Characterization of dynamic brain states during memory encoding.

(a) State-specific activation patterns. Polar plots depicting mean amplitude profiles across 16 memory-related regions for each of the four brain states identified by BSDS. State 3 (core-encoding state) shows prominent activation across visual areas, MTL system, and frontal-parietal regions. State 2 (default mode state) exhibits selective activation in medial prefrontal and posterior cingulate cortex. State 4 (inactive state) displays uniformly low activation, while State 1 shows intermediate patterns. (B) Functional connectivity matrices. Group-level covariance matrices revealing distinct connectivity signatures for each brain state. The active-encoding state (S3) demonstrates the highest overall functional connectivity, significantly exceeding all other states. (C-D) Network topology analysis. Bar graphs show clustering coefficient and global efficiency metrics derived from connectivity matrices. The active-encoding state exhibits significantly higher clustering coefficient and global efficiency compared to other states, indicating optimal balance between network integration and segregation for memory formation. Error bars represent standard error. Notes: *p < 0.05, **p < 0.01.

Brain state dynamics predict individual memory performance.

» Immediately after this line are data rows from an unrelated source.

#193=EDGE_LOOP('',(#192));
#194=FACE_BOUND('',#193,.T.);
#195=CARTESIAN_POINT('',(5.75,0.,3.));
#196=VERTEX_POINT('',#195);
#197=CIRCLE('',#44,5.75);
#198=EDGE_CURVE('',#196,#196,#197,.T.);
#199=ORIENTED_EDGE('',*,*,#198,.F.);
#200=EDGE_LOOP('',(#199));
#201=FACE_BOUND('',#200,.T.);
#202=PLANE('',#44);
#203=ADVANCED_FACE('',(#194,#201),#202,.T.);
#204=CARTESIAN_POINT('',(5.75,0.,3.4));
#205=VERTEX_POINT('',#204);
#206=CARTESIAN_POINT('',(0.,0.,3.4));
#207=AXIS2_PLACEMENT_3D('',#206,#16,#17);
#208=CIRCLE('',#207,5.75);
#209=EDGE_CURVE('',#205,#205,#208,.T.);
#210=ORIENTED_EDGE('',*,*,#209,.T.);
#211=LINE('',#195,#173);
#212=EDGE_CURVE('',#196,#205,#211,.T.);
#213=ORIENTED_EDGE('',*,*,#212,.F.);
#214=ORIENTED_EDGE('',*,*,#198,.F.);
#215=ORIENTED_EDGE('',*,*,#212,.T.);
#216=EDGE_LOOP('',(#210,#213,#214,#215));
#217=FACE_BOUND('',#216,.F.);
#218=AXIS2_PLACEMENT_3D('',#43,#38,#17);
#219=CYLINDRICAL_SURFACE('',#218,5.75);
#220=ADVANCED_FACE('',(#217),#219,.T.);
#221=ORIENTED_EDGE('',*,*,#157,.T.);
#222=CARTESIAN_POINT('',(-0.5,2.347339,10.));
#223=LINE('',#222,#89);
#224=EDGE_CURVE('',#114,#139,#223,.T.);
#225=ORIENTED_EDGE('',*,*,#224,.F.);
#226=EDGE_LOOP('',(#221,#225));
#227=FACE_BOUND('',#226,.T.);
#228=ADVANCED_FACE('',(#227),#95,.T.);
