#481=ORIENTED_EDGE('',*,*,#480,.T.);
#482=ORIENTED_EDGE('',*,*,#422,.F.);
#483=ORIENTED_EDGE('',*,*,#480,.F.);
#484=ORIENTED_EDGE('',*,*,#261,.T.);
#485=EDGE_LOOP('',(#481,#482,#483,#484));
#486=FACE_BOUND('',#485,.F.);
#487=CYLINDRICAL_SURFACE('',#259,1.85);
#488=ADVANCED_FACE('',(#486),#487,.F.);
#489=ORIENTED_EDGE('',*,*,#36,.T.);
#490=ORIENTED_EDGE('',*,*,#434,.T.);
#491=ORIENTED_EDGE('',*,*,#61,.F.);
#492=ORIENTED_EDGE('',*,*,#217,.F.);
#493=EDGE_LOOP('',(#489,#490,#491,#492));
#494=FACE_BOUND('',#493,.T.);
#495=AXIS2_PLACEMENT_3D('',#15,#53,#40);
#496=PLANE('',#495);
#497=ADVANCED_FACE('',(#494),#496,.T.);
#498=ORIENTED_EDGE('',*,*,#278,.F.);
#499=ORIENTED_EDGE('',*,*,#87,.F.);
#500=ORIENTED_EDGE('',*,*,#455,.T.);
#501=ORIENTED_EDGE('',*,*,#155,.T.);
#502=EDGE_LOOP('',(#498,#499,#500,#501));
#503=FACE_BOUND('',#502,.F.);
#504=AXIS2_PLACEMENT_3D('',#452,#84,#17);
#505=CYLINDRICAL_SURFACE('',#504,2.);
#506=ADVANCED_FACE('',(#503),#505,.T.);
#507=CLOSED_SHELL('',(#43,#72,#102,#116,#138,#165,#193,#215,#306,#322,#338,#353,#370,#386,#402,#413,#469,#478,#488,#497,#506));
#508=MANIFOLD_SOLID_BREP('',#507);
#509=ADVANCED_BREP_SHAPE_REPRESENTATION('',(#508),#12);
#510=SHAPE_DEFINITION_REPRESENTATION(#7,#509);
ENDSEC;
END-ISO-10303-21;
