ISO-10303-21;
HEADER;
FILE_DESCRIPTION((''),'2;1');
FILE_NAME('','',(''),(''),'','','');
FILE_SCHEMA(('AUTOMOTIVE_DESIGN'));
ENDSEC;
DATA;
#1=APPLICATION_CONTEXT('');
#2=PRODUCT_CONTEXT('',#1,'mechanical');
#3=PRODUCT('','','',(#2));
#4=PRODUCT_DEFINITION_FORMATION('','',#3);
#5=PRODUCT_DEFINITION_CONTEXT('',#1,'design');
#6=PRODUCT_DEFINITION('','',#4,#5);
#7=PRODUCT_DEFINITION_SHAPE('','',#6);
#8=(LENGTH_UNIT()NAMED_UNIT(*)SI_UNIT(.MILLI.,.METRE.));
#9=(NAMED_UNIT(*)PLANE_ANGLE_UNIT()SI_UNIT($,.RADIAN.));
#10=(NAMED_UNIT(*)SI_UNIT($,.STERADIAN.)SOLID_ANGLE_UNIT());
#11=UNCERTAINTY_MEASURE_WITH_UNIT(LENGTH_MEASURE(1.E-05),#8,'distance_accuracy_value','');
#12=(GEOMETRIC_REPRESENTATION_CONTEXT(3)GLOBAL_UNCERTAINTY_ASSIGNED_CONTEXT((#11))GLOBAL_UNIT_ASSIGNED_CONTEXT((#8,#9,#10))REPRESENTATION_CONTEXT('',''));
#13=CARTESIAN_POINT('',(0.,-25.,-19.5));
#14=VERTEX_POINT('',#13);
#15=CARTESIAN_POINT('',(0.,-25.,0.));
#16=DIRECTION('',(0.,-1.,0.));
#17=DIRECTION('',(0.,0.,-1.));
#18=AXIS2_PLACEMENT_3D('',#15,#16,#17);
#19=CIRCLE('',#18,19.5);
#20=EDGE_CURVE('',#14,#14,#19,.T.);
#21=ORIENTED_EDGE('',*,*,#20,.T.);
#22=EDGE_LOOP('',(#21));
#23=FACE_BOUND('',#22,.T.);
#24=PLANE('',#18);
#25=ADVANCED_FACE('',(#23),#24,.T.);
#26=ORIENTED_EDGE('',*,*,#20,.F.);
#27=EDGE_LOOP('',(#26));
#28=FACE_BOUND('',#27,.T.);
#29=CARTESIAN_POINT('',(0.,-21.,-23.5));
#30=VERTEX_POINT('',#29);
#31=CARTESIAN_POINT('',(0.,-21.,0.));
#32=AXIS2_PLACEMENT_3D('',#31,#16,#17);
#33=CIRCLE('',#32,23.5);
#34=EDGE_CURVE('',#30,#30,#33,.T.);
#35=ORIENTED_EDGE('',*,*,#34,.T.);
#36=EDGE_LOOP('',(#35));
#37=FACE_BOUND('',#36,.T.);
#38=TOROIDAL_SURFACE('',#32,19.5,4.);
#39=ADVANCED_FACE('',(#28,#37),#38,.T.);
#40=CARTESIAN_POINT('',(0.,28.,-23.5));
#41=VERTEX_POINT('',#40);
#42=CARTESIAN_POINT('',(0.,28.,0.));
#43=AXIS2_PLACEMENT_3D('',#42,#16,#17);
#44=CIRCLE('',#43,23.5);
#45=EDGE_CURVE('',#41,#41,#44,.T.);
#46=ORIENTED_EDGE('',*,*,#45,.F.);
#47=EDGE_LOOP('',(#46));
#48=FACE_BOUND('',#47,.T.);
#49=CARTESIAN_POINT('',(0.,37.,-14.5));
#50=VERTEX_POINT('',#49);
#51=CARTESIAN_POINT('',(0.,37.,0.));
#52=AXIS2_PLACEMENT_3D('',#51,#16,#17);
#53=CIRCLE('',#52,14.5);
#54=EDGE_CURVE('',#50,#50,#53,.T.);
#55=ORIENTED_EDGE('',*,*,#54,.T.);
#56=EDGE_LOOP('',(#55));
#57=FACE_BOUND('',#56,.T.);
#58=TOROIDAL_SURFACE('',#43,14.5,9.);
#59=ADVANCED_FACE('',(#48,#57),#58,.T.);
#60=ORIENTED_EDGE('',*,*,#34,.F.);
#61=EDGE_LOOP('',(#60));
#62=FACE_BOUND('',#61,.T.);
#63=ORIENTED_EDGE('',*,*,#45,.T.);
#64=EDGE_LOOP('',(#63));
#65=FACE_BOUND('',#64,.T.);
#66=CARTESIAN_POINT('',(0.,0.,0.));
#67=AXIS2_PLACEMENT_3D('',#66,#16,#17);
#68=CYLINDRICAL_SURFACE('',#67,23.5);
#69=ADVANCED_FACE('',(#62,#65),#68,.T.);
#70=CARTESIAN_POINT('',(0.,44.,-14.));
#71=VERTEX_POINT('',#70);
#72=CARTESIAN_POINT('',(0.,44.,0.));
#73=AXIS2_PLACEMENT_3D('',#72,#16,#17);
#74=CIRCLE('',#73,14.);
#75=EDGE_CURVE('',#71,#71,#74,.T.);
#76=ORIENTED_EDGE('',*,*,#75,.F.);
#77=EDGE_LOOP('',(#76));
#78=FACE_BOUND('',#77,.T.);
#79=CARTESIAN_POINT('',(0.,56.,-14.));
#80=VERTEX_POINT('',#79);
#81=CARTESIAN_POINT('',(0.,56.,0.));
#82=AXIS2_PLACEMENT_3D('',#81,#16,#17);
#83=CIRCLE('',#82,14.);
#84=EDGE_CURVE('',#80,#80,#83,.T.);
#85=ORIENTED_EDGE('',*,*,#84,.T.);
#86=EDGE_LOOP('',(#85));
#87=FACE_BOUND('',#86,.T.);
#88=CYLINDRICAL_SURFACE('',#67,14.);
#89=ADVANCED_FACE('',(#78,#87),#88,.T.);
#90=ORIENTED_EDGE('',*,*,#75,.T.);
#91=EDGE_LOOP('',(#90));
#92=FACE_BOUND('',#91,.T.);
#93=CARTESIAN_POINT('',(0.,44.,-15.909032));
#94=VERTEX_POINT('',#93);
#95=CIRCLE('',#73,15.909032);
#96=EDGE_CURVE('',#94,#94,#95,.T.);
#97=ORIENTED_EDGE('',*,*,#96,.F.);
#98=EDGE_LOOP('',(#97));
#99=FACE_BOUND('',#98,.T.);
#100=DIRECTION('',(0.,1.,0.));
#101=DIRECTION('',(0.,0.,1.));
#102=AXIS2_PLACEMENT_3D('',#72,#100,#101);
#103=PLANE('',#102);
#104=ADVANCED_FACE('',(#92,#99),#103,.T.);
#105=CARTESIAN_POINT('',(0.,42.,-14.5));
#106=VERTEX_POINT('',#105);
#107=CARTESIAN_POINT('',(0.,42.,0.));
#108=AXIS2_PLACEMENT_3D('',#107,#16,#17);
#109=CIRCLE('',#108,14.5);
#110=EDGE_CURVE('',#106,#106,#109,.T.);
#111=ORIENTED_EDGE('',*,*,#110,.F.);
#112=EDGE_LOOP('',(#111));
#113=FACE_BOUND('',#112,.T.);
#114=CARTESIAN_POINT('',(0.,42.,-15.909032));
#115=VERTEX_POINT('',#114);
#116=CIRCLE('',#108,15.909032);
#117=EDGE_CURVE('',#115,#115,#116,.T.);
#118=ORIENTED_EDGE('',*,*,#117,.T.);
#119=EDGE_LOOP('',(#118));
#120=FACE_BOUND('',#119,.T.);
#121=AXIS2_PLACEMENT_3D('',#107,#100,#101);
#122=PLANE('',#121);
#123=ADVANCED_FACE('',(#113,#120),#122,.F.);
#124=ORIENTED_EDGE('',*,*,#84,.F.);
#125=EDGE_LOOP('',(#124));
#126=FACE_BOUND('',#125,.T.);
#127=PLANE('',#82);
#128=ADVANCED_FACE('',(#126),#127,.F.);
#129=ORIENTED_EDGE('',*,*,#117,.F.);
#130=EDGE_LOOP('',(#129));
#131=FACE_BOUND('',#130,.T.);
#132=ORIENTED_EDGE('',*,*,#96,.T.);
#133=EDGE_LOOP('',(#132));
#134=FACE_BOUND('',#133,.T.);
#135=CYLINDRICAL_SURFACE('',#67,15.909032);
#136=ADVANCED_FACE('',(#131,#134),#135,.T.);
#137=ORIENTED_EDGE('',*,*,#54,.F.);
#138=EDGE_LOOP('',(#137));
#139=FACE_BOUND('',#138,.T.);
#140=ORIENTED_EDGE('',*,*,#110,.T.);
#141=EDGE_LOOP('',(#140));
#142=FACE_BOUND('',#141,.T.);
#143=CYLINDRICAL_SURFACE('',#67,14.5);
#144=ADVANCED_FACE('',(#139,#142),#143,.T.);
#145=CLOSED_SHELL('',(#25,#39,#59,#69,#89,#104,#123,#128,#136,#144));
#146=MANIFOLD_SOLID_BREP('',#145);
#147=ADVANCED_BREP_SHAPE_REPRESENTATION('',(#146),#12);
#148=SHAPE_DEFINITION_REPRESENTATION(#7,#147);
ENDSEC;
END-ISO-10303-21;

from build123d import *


with BuildPart() as part:
    # 草图1 → 旋转1 (revolve)
    with BuildSketch(Plane.XY, mode=Mode.PRIVATE) as revolve_1_sk:
        with BuildLine():
            Line((0, 56), (0, -25))
            Line((0, -25), (19.5, -25))
            ThreePointArc((19.5, -25), (22.328427125, -23.828427125), (23.5, -21))
            Line((23.5, -21), (23.5, 25))
            Line((23.5, 25), (23.5, 28))
            ThreePointArc((23.5, 28), (20.863961031, 34.363961031), (14.5, 37))
            Line((14.5, 37), (14.5, 42))
            Line((14.5, 42), (15.90903206, 42))
            Line((15.90903206, 42), (15.90903206, 44))
            Line((15.90903206, 44), (14, 44))
            Line((14, 44), (14, 56))
            Line((14, 56), (0, 56))
        make_face()
    revolve(revolve_1_sk.sketch.rotate(Axis((0, 0, 0), (0, 1, 0)), 90), axis=Axis((0, 0, 0), (0, 1, 0)))


solid = part.part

(A-B) State temporal properties. Box plots show occupancy rates and mean lifetimes for each brain state during encoding. The active-encoding state dominates with 38.39% occupancy, significantly higher than all other states. (C) Memory performance correlations. Scatter plots revealing that core-encoding state occupancy correlate positively with memory accuracy, while inactive state occupancy shows strong negative correlation. (D) State transitions. Network diagram illustrates transition probabilities between brain states during encoding, with edge thickness representing transition strength. Prominent bidirectional transitions occur between core-encoding, high-order control, and inactive states. (E-F) Transition-performance relationships. Scatter plots demonstrating that transitions toward the active-encoding state (S2→S3; S4→S3) enhance memory performance, while transitions toward the inactive state (S2→S4; S3→S4) impair performance. Self-transitions of the inactive state also negatively predict memory. Dashed lines indicate 95% confidence intervals; solid lines show best linear fit. Notes: ∼p < 0.10,*p < 0.05, **p < 0.01, ***p < 0.001.

Encoding state reinstatement during post-encoding rest supports memory consolidation.

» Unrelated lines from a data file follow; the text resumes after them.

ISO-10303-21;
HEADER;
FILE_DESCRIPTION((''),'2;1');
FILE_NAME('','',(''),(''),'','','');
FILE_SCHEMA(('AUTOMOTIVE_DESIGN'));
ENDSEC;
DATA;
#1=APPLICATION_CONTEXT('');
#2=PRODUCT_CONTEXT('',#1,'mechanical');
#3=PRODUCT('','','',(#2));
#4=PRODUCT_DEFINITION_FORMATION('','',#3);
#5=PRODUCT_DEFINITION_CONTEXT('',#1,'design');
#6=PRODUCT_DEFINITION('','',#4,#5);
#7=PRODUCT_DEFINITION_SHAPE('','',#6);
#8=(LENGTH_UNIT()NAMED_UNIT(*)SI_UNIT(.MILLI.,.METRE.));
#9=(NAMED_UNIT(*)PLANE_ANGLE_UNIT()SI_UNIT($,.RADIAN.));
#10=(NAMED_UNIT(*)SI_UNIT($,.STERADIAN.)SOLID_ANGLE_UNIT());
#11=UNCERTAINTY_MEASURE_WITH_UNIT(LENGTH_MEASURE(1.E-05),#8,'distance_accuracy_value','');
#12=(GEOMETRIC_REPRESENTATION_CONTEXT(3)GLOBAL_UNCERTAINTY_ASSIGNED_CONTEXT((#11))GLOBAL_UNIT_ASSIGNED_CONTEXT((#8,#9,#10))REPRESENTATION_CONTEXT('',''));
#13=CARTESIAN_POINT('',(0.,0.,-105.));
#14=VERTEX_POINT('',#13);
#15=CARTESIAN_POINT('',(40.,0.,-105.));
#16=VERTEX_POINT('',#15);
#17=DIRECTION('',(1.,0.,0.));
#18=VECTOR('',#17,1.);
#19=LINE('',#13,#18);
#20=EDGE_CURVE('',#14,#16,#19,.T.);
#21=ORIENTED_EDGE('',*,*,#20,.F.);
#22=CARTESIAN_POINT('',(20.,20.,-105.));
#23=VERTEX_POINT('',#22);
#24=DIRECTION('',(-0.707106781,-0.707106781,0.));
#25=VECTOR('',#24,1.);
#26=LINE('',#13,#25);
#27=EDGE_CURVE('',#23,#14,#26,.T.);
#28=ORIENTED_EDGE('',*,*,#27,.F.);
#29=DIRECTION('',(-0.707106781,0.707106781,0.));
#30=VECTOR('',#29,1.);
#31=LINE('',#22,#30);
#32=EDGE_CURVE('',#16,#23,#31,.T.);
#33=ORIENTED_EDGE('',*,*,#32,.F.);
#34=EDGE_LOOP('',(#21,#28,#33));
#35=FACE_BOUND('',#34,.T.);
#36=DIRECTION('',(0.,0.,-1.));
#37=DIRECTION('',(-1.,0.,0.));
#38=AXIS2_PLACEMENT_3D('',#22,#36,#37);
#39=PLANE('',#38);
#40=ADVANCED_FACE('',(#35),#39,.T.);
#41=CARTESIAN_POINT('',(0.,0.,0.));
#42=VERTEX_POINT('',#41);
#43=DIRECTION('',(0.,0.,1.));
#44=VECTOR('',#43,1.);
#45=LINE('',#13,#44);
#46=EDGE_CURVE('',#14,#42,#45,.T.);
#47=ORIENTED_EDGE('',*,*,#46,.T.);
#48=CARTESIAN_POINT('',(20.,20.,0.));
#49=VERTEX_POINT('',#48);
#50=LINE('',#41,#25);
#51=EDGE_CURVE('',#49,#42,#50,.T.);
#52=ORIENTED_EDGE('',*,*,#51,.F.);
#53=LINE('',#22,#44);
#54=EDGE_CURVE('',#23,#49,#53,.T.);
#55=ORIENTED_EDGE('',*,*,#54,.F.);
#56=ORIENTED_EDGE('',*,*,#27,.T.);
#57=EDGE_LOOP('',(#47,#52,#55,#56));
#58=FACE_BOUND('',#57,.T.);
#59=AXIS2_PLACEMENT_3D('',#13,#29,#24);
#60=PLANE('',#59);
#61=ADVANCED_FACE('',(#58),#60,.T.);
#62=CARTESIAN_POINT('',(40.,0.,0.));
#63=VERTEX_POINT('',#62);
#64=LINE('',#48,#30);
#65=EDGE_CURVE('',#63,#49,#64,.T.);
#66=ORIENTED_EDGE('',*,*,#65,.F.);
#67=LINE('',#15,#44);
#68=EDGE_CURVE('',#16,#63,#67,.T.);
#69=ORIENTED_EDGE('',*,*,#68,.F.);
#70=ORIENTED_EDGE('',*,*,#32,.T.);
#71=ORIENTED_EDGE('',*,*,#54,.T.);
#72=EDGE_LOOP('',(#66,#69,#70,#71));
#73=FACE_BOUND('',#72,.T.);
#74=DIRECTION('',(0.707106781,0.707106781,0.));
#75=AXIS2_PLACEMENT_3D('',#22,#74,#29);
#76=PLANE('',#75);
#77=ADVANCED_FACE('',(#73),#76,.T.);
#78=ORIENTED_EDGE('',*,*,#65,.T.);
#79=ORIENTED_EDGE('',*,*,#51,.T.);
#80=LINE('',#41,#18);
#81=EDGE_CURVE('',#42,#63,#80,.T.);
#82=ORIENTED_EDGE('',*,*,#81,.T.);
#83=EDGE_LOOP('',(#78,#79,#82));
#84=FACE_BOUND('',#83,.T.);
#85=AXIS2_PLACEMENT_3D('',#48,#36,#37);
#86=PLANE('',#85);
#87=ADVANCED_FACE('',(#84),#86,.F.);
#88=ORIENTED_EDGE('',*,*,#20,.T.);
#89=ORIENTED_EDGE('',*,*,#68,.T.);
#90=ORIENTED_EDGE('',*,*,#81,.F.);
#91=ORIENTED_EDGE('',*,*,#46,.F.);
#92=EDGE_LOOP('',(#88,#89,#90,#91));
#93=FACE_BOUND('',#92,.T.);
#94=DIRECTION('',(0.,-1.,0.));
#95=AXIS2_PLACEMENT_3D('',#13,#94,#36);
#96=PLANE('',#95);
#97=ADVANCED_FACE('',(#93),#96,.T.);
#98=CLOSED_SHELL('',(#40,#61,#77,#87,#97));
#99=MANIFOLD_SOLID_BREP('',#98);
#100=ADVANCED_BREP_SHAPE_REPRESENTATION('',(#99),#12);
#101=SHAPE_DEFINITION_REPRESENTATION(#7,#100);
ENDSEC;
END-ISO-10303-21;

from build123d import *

# Parameters (mm, degrees)
EXTRUSION1_DEPTH = 105


with BuildPart() as part:
    # Esquisse1 → Extrusion1 (new body)
    with BuildSketch(Plane.XY):
        Polygon((0, 0), (40, 0), (20.000000004, 20), align=None)
    extrude(amount=-EXTRUSION1_DEPTH)


solid = part.part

(A) State decoding framework. Schematic workflow for detecting encoding state re-occurrence during post-encoding rest using the BSDS model trained on encoding data. Maximum log-likelihood estimation determines state assignment at each time point during rest. (B) State occupancy shifts. Bar graph comparing state occupancy between encoding and rest phases. All task-related states (S2, S3, S4) decrease significantly during rest, while State 1 increases substantially, reflecting the state dynamic shift during rest (C)Mean lifetime shifts. Bar graph comparing mean lifetime between encoding and post -encoding rest phases. All states decrease significantly during rest. (D) Memory-predictive reinstatement. Scatter plot showing that the mean lifetime of the high-order control state (S2) during post-encoding rest, but not pre-encoding rest, correlates strongly with memory accuracy, indicating that sustained activation of this MPFC-PCC network supports offline consolidation. (E) Rest transition dynamics. Network diagram showing altered transition patterns during rest, with decreased self-transitions and increased inter-state transitions compared to encoding. (F) Consolidation state stability. Scatter plot demonstrates that self-transitions of the default-mode state during post-encoding rest (not pre-encoding rest) show the strongest correlation with memory performance, suggesting that stability of this consolidation-related network configuration is critical for memory outcomes. Dashed lines indicate 95% confidence intervals; solid lines show best linear fit. Error bars represent standard error. Notes: *p < 0.05, ***p < 0.001.